Bilberry (whortleberry Or Whinberry)





This fruit, which belongs to the Cranberry order of plants, grows

abundantly throughout England in heathy [52] and mountainous

districts. The small-branched shrub bears globular, wax-like

flowers, and black berries, which are covered, when quite fresh,

with a grey bloom. In the West of England they are popularly

called whorts, and they ripen about the time of St. James' Feast,

July 25th. Other names for the fruit are Blueberry, Bulberry,

Hurtleberry, and Huckleberry. The title Whinberry has been

acquired from its growing on Whins, or Heaths; and Bilberry

signifies dark coloured; whence likewise comes Blackwort as

distinguished in its aspect from the Cowberry and the Cranberry.
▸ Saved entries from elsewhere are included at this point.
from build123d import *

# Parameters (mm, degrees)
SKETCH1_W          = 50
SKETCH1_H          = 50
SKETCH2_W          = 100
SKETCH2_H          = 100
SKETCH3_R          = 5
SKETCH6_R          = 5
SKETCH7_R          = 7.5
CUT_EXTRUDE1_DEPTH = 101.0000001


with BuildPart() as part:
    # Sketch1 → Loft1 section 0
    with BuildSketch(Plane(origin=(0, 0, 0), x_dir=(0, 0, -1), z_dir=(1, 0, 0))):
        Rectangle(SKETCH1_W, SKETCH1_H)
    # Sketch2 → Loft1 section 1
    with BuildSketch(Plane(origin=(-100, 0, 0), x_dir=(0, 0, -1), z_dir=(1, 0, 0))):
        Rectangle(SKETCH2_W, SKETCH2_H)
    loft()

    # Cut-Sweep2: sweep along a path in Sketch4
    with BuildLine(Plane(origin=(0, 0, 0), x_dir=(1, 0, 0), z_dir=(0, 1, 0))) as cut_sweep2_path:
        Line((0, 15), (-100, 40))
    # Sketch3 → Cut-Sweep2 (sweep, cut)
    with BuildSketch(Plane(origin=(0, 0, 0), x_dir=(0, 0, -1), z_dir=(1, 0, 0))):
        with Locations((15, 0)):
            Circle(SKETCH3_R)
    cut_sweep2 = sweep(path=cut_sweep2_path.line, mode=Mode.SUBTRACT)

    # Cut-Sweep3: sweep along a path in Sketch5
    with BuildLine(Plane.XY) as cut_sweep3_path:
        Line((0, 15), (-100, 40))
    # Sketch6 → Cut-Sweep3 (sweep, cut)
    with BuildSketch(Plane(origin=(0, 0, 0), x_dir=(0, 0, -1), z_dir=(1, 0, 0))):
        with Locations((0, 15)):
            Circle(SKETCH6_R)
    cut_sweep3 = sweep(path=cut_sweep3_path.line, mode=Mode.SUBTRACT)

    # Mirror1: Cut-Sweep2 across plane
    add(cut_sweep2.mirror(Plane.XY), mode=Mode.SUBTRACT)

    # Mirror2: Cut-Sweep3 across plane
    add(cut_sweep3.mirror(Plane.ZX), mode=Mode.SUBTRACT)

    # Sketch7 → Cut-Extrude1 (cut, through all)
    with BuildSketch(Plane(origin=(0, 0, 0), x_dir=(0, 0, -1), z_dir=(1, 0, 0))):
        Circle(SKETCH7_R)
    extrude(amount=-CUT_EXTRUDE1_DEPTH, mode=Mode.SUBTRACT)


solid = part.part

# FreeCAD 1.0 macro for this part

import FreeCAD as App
import Part
import Sketcher
from FreeCAD import Vector
Q = App.Units.Quantity

doc = App.newDocument("Part")
params = doc.addObject("Spreadsheet::Sheet", "Params")
for row, (alias, value) in enumerate([
    ("sketch1_width", "50 mm"),
    ("sketch2_width", "100 mm"),
    ("sketch3_diameter", "10 mm"),
    ("sketch5_diameter", "10 mm"),
    ("sketch7_diameter", "15 mm"),
], start=1):
    params.set(f"A{row}", alias)
    params.set(f"B{row}", "=" + value)
    params.setAlias(f"B{row}", alias)

body = doc.addObject("PartDesign::Body", "Body")

sketch1 = body.newObject("Sketcher::SketchObject", "Sketch")
sketch1.AttachmentSupport = (doc.getObject("YZ_Plane"), [""])
sketch1.MapMode = "FlatFace"
sketch1.addGeometry(Part.LineSegment(Vector(25, 25, 0), Vector(-25, 25, 0)), False)
sketch1.addGeometry(Part.LineSegment(Vector(-25, 25, 0), Vector(-25, -25, 0)), False)
sketch1.addGeometry(Part.LineSegment(Vector(-25, -25, 0), Vector(25, -25, 0)), False)
sketch1.addGeometry(Part.LineSegment(Vector(25, -25, 0), Vector(25, 25, 0)), False)
sketch1.addConstraint(Sketcher.Constraint("Coincident", 0, 2, 1, 1))
sketch1.addConstraint(Sketcher.Constraint("Coincident", 1, 2, 2, 1))
sketch1.addConstraint(Sketcher.Constraint("Coincident", 2, 2, 3, 1))
sketch1.addConstraint(Sketcher.Constraint("Coincident", 3, 2, 0, 1))
sketch1.addConstraint(Sketcher.Constraint("Horizontal", 0))
sketch1.addConstraint(Sketcher.Constraint("Vertical", 1))
sketch1.addConstraint(Sketcher.Constraint("Horizontal", 2))
sketch1.addConstraint(Sketcher.Constraint("Vertical", 3))
sketch1.addConstraint(Sketcher.Constraint("Symmetric", 0, 2, 2, 2, -1, 1))
sketch1.addConstraint(Sketcher.Constraint("Equal", 2, 1))
sketch1.addConstraint(Sketcher.Constraint("DistanceX", 0, 2, 0, 1, Q("50 mm")))
sketch1.setExpression("Constraints[10]", "Params.sketch1_width")

sketch2 = body.newObject("Sketcher::SketchObject", "Sketch001")
sketch2.AttachmentSupport = (doc.getObject("YZ_Plane"), [""])
sketch2.MapMode = "FlatFace"
sketch2.AttachmentOffset = App.Placement(Vector(0, 0, -100), App.Rotation())
sketch2.addGeometry(Part.LineSegment(Vector(50, 50, 0), Vector(-50, 50, 0)), False)
sketch2.addGeometry(Part.LineSegment(Vector(-50, 50, 0), Vector(-50, -50, 0)), False)
sketch2.addGeometry(Part.LineSegment(Vector(-50, -50, 0), Vector(50, -50, 0)), False)
sketch2.addGeometry(Part.LineSegment(Vector(50, -50, 0), Vector(50, 50, 0)), False)
sketch2.addConstraint(Sketcher.Constraint("Coincident", 0, 2, 1, 1))
sketch2.addConstraint(Sketcher.Constraint("Coincident", 1, 2, 2, 1))
sketch2.addConstraint(Sketcher.Constraint("Coincident", 2, 2, 3, 1))
sketch2.addConstraint(Sketcher.Constraint("Coincident", 3, 2, 0, 1))
sketch2.addConstraint(Sketcher.Constraint("Horizontal", 0))
sketch2.addConstraint(Sketcher.Constraint("Vertical", 1))
sketch2.addConstraint(Sketcher.Constraint("Horizontal", 2))
sketch2.addConstraint(Sketcher.Constraint("Vertical", 3))
sketch2.addConstraint(Sketcher.Constraint("Symmetric", 0, 2, 2, 2, -1, 1))
sketch2.addConstraint(Sketcher.Constraint("Equal", 2, 1))
sketch2.addConstraint(Sketcher.Constraint("DistanceX", 0, 2, 0, 1, Q("100 mm")))
sketch2.setExpression("Constraints[10]", "Params.sketch2_width")

additiveloft = body.newObject("PartDesign::AdditiveLoft", "AdditiveLoft")
additiveloft.Profile = sketch1
additiveloft.Sections = [sketch2]

sketch3 = body.newObject("Sketcher::SketchObject", "Sketch002")
sketch3.AttachmentSupport = (doc.getObject("YZ_Plane"), [""])
sketch3.MapMode = "FlatFace"
sketch3.addGeometry(Part.Circle(Vector(0, -15, 0), Vector(0, 0, 1), 5), False)
sketch3.addConstraint(Sketcher.Constraint("PointOnObject", 0, 3, -2))
sketch3.addConstraint(Sketcher.Constraint("Diameter", 0, Q("10 mm")))
sketch3.addConstraint(Sketcher.Constraint("DistanceY", 0, 3, -1, 1, Q("15 mm")))
sketch3.setExpression("Constraints[1]", "Params.sketch3_diameter")

sketch4 = body.newObject("Sketcher::SketchObject", "Sketch003")
sketch4.Placement = App.Placement(Vector(3.529412, 0, -14.117647), App.Rotation(Vector(-0.9701425, 0, -0.242535625), Vector(0, 1, 0), Vector(0.242535625, 0, -0.9701425), "ZXY"))
sketch4.addGeometry(Part.LineSegment(Vector(4, 0, 0), Vector(107, 0, 0)), False)
sketch4.addConstraint(Sketcher.Constraint("Horizontal", 0))
sketch4.addConstraint(Sketcher.Constraint("PointOnObject", 0, 1, -1))
sketch4.addConstraint(Sketcher.Constraint("DistanceX", 0, 1, 0, 2, Q("103.077641 mm")))
sketch4.addConstraint(Sketcher.Constraint("DistanceX", -1, 1, 0, 1, Q("3.638034 mm")))
doc.recompute()

subtractivepipe = body.newObject("PartDesign::SubtractivePipe", "SubtractivePipe")
subtractivepipe.Profile = sketch3
subtractivepipe.Spine = (sketch4, ["Edge1"])

sketch5 = body.newObject("Sketcher::SketchObject", "Sketch004")
sketch5.AttachmentSupport = (doc.getObject("YZ_Plane"), [""])
sketch5.MapMode = "FlatFace"
sketch5.addGeometry(Part.Circle(Vector(15, 0, 0), Vector(0, 0, 1), 5), False)
sketch5.addConstraint(Sketcher.Constraint("PointOnObject", 0, 3, -1))
sketch5.addConstraint(Sketcher.Constraint("Diameter", 0, Q("10 mm")))
sketch5.addConstraint(Sketcher.Constraint("DistanceX", -1, 1, 0, 3, Q("15 mm")))
sketch5.setExpression("Constraints[1]", "Params.sketch5_diameter")

sketch6 = body.newObject("Sketcher::SketchObject", "Sketch005")
sketch6.Placement = App.Placement(Vector(3.529412, 14.117647, 0), App.Rotation(Vector(-0.9701425, 0.242535625, 0), Vector(0, 0, 1), Vector(0.242535625, 0.9701425, 0), "ZXY"))
sketch6.addGeometry(Part.LineSegment(Vector(4, 0, 0), Vector(107, 0, 0)), False)
sketch6.addConstraint(Sketcher.Constraint("Horizontal", 0))
sketch6.addConstraint(Sketcher.Constraint("PointOnObject", 0, 1, -1))
sketch6.addConstraint(Sketcher.Constraint("DistanceX", 0, 1, 0, 2, Q("103.077641 mm")))
sketch6.addConstraint(Sketcher.Constraint("DistanceX", -1, 1, 0, 1, Q("3.638034 mm")))
doc.recompute()

subtractivepipe2 = body.newObject("PartDesign::SubtractivePipe", "SubtractivePipe001")
subtractivepipe2.Profile = sketch5
subtractivepipe2.Spine = (sketch6, ["Edge1"])
doc.recompute()

mirrored = body.newObject("PartDesign::Mirrored", "Mirrored")
mirrored.Originals = [subtractivepipe]
mirrored.MirrorPlane = (doc.getObject("XY_Plane"), [""])
body.Tip = mirrored
doc.recompute()

mirrored2 = body.newObject("PartDesign::Mirrored", "Mirrored001")
mirrored2.Originals = [subtractivepipe2]
mirrored2.MirrorPlane = (doc.getObject("XZ_Plane"), [""])
body.Tip = mirrored2

sketch7 = body.newObject("Sketcher::SketchObject", "Sketch006")
sketch7.AttachmentSupport = (doc.getObject("YZ_Plane"), [""])
sketch7.MapMode = "FlatFace"
sketch7.addGeometry(Part.Circle(Vector(0, 0, 0), Vector(0, 0, 1), 8), False)
sketch7.addConstraint(Sketcher.Constraint("Coincident", 0, 3, -1, 1))
sketch7.addConstraint(Sketcher.Constraint("Diameter", 0, Q("15 mm")))
sketch7.setExpression("Constraints[1]", "Params.sketch7_diameter")
pocket1 = body.newObject("PartDesign::Pocket", "Pocket")
pocket1.Profile = sketch7
pocket1.Type = "ThroughAll"

doc.recompute()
By a corruption the original word Myrtleberry has suffered change

of its initial M into W. (Whortlebery.) In the middle ages the

Myrtleberry was used in medicine and cookery, to which berry the

Whortleberry bears a strong resemblance. It is agreeable to the

taste, and may be made into tarts, but proves mawkish unless

mixed with some more acid fruit.



The Bilberry (Vaccinium Myrtillus) is an admirable astringent,

and should be included as such among the domestic medicines of

the housewife. If some good brandy be poured over two handfuls

of the fruit in a bottle, this will make an extract which continually

improves by being kept. Obstinate diarrhoea may be cured by

giving doses of a tablespoonful of this extract taken with a

wineglassful of warm water, and repeated at intervals of two hours

whilst needed, even for the more severe cases of dysenteric

diarrhoea. The berries contain chemically much tannin. Their stain

on the lips may be quickly effaced by sucking at a lemon. In

Devonshire they are eaten at table with cream. The Irish call them

frawns. If the first tender leaves are properly gathered and dried,

they can scarcely be [53] distinguished from good tea. Moor game

live on these berries in the autumn. Their juice will stain paper or

linen purple:--



Sanguineo splendore rosas vaccinia nigro,

Induit, et dulci violas ferrugine pingit.

CLAUDIAN.



They are also called in some counties, Blaeberries, Truckleberries,

and Blackhearts.



The extract of Bilberry is found to be a very useful application for

curing such skin diseases as scaly eczema, and other eczema

which is not moist or pustulous; also for burns and scalds. Some of

the extract is to be laid thickly on the cleansed skin with a camel

hairbrush, and a thin layer of cotton wool to be spread over it, the

whole being fastened with a calico or gauze bandage. This should

be changed gently once a day.



Another Vaccinium (oxycoccos), the Marsh Whortleberry, or

Cranberry, or Fenberry--from growing in fens--is found in peat

bogs, chiefly in the North. This is a low plant with straggling wiry

stems, and solitary terminal bright red flowers, of which the

segments are bent back in a singular manner. Its fruit likewise

makes excellent tarts, and forms a considerable article of

commerce at Langtown, on the borders of Cumberland. The fruit

stalks are crooked at the top, and before the blossom expands they

resemble the head and neck of a crane.